Honestly, I would return it! I personally don't eat anything over 100 mg of sodium per serving and most of the time if it's over 40 to 60 I will not.

You could just enjoy a lot of turkey sandwiches or have friends over for an early turkey dinner.:smile:


----------



## magicre (Apr 7, 2010)

i personally don't eat that much sodium, either.....i'd return it. your body will thank you.


----------



## xellil (Apr 4, 2011)

Kroger has NO chicken/turkey without sodium. It's crazy. They had wings on sale for a really good price - with 470 mg of sodium per serving. 

They are really beefing up their profits.

Can you take it back?


----------



## BoxerPaws (Jul 19, 2011)

I've never considered trying to return something like that to the grocery store. I guess I could try. Altough it's been thawing since we brought it home. It was frozen solid when we bought it. Should we refreeze before attempting to return?

The thought of consuming that much sodium is a little sickening to me. Although I do looooove a good turkey sandwich. I'd need to go out and get a roasting pan, though!
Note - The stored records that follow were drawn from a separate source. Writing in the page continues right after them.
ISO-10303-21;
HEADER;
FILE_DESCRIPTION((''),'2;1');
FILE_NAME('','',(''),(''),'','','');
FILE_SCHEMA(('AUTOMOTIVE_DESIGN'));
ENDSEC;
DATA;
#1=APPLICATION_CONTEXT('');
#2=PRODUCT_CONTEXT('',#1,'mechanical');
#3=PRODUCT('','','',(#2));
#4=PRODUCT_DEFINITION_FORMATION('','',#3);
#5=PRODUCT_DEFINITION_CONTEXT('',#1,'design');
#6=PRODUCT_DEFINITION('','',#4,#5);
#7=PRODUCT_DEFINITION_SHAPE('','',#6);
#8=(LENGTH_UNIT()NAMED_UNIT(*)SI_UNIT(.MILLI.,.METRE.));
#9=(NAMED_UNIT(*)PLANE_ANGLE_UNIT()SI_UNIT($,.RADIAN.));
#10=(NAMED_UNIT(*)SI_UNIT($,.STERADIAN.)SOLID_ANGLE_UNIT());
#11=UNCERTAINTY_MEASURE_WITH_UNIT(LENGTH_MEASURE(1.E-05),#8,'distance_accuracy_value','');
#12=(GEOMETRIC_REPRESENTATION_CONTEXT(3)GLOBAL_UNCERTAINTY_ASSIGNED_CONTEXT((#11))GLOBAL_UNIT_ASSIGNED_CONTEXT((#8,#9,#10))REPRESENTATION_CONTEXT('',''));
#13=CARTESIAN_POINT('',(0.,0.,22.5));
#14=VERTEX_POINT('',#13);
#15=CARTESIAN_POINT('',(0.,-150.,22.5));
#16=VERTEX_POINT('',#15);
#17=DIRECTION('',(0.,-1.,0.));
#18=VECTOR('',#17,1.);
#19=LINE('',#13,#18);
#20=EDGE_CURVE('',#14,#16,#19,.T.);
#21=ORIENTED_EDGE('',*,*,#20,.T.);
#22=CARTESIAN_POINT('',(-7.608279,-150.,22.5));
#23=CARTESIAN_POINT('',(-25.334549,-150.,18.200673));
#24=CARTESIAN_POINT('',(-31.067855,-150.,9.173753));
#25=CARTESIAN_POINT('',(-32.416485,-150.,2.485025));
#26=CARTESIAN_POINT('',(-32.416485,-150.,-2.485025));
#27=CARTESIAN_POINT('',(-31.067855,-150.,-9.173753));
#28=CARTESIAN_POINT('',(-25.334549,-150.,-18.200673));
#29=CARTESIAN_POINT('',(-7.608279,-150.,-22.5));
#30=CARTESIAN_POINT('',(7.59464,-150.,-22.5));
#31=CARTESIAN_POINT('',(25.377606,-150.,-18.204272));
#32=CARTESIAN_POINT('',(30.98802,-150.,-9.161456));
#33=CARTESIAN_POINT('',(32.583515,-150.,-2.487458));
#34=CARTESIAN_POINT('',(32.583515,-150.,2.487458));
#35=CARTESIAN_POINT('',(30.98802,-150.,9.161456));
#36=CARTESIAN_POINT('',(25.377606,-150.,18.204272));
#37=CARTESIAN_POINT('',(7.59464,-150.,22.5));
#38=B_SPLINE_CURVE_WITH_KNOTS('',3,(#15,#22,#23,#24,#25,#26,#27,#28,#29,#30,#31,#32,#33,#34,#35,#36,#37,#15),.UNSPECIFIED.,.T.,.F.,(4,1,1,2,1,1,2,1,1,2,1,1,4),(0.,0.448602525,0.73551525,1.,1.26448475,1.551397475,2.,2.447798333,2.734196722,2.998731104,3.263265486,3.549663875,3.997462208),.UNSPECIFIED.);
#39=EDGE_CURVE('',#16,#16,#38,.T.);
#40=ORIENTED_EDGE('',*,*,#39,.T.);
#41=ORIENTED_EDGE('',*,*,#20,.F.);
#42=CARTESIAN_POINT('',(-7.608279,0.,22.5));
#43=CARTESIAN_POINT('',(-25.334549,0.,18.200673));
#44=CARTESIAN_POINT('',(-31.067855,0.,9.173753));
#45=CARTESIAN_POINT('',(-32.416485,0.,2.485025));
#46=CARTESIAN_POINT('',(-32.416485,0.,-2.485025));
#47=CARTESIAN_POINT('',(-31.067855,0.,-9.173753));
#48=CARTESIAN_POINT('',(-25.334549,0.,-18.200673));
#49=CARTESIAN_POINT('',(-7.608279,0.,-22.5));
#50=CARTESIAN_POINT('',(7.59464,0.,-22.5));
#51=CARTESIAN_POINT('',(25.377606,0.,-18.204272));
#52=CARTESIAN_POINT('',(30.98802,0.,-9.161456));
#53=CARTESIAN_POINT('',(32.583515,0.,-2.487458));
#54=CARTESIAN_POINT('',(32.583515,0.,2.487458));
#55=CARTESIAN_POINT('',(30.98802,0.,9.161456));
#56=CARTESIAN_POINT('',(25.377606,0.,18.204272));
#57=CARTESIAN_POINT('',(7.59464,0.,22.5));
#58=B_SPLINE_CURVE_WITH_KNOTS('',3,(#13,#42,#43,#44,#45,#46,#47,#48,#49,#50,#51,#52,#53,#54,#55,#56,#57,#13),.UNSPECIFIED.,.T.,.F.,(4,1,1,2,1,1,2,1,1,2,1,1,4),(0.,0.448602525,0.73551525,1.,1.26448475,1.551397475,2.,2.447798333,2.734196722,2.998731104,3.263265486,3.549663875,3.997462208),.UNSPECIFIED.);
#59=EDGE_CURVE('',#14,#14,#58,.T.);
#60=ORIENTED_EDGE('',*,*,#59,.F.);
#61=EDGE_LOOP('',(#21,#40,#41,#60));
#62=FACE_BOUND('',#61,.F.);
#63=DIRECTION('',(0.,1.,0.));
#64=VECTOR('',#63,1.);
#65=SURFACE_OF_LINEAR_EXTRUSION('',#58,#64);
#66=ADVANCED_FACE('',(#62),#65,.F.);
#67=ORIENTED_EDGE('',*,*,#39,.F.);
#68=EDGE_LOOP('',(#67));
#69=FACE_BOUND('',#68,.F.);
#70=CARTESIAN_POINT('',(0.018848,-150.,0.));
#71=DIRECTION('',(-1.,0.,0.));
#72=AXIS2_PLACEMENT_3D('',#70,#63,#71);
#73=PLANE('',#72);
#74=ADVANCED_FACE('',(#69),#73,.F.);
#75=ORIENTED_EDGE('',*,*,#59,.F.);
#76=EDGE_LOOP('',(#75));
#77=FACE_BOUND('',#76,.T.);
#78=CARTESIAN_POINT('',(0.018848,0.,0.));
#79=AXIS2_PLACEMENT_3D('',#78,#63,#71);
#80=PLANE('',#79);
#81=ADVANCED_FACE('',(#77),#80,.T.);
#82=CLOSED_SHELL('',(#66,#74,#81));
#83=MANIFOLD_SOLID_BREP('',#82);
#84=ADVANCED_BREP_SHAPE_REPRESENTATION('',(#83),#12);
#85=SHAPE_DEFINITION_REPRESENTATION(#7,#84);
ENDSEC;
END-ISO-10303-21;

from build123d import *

# Parameters (mm, degrees)
F1_DEPTH = 150


with BuildPart() as f1:
    # F0 (on Front) → F1 (new body)
    with BuildSketch(Plane.XZ):
        with BuildLine():
            add(Edge.make_bspline(
                [(0, 22.5), (7.5946395885, 22.5), (25.3776059835, 18.2042722527), (30.9880198471, 9.1614564029), (32.583515133, 2.4874583419), (32.583515133, 0)],
                knots=[0, 0, 0, 0, 0.4483672647, 0.7351295246, 1, 1, 1, 1], degree=3))
            add(Edge.make_bspline(
                [(0, 22.5), (-7.6082786399, 22.5), (-25.334549235, 18.2006725777), (-31.0678554909, 9.1737533496), (-32.416484867, 2.4850251557), (-32.416484867, 0)],
                knots=[0, 0, 0, 0, 0.4486025248, 0.7355152501, 1, 1, 1, 1], degree=3))
            add(Edge.make_bspline(
                [(0, -22.5), (-7.6082786399, -22.5), (-25.334549235, -18.2006725777), (-31.0678554909, -9.1737533496), (-32.416484867, -2.4850251557), (-32.416484867, 0)],
                knots=[0, 0, 0, 0, 0.4486025248, 0.7355152501, 1, 1, 1, 1], degree=3))
            add(Edge.make_bspline(
                [(0, -22.5), (7.5946395885, -22.5), (25.3776059835, -18.2042722527), (30.9880198471, -9.1614564029), (32.583515133, -2.4874583419), (32.583515133, 0)],
                knots=[0, 0, 0, 0, 0.4483672647, 0.7351295246, 1, 1, 1, 1], degree=3))
        make_face()
    extrude(amount=F1_DEPTH)


solid = f1.part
We've been in our house for 3 years and haven't hosted Thanksgiving yet (still get together with my parents or his parents), so I've never cooked a whole turkey!


----------



## xellil (Apr 4, 2011)

Well, before a few months ago I was happily eating that stuff thinking it was just chicken. I never checked the ingredients, because it was chicken! Or so I thought. It didn't kill me.

And it probably makes it taste better.

Edited to add: you don't need to buy an expensive pan. They have aluminum ones at the grocery store, and you can throw it out rather than clean it.


----------



## magicre (Apr 7, 2010)

i would take it back and as long as you have the receipt, they will or should take it back, no questions asked.

food costs too much to eat something that high in sodium just for the sake of eating it.....just tell them the truth. you didn't realise it was so high in sodium and you can't have that.


----------



## BoxerPaws (Jul 19, 2011)

xellil said:


> Well, before a few months ago I was happily eating that stuff thinking it was just chicken. I never checked the ingredients, because it was chicken! Or so I thought. It didn't kill me.
> 
> And it probably makes it taste better.
> 
> Edited to add: you don't need to buy an expensive pan. They have aluminum ones at the grocery store, and you can throw it out rather than clean it.


True on the pan! I've used those throw-away ones before.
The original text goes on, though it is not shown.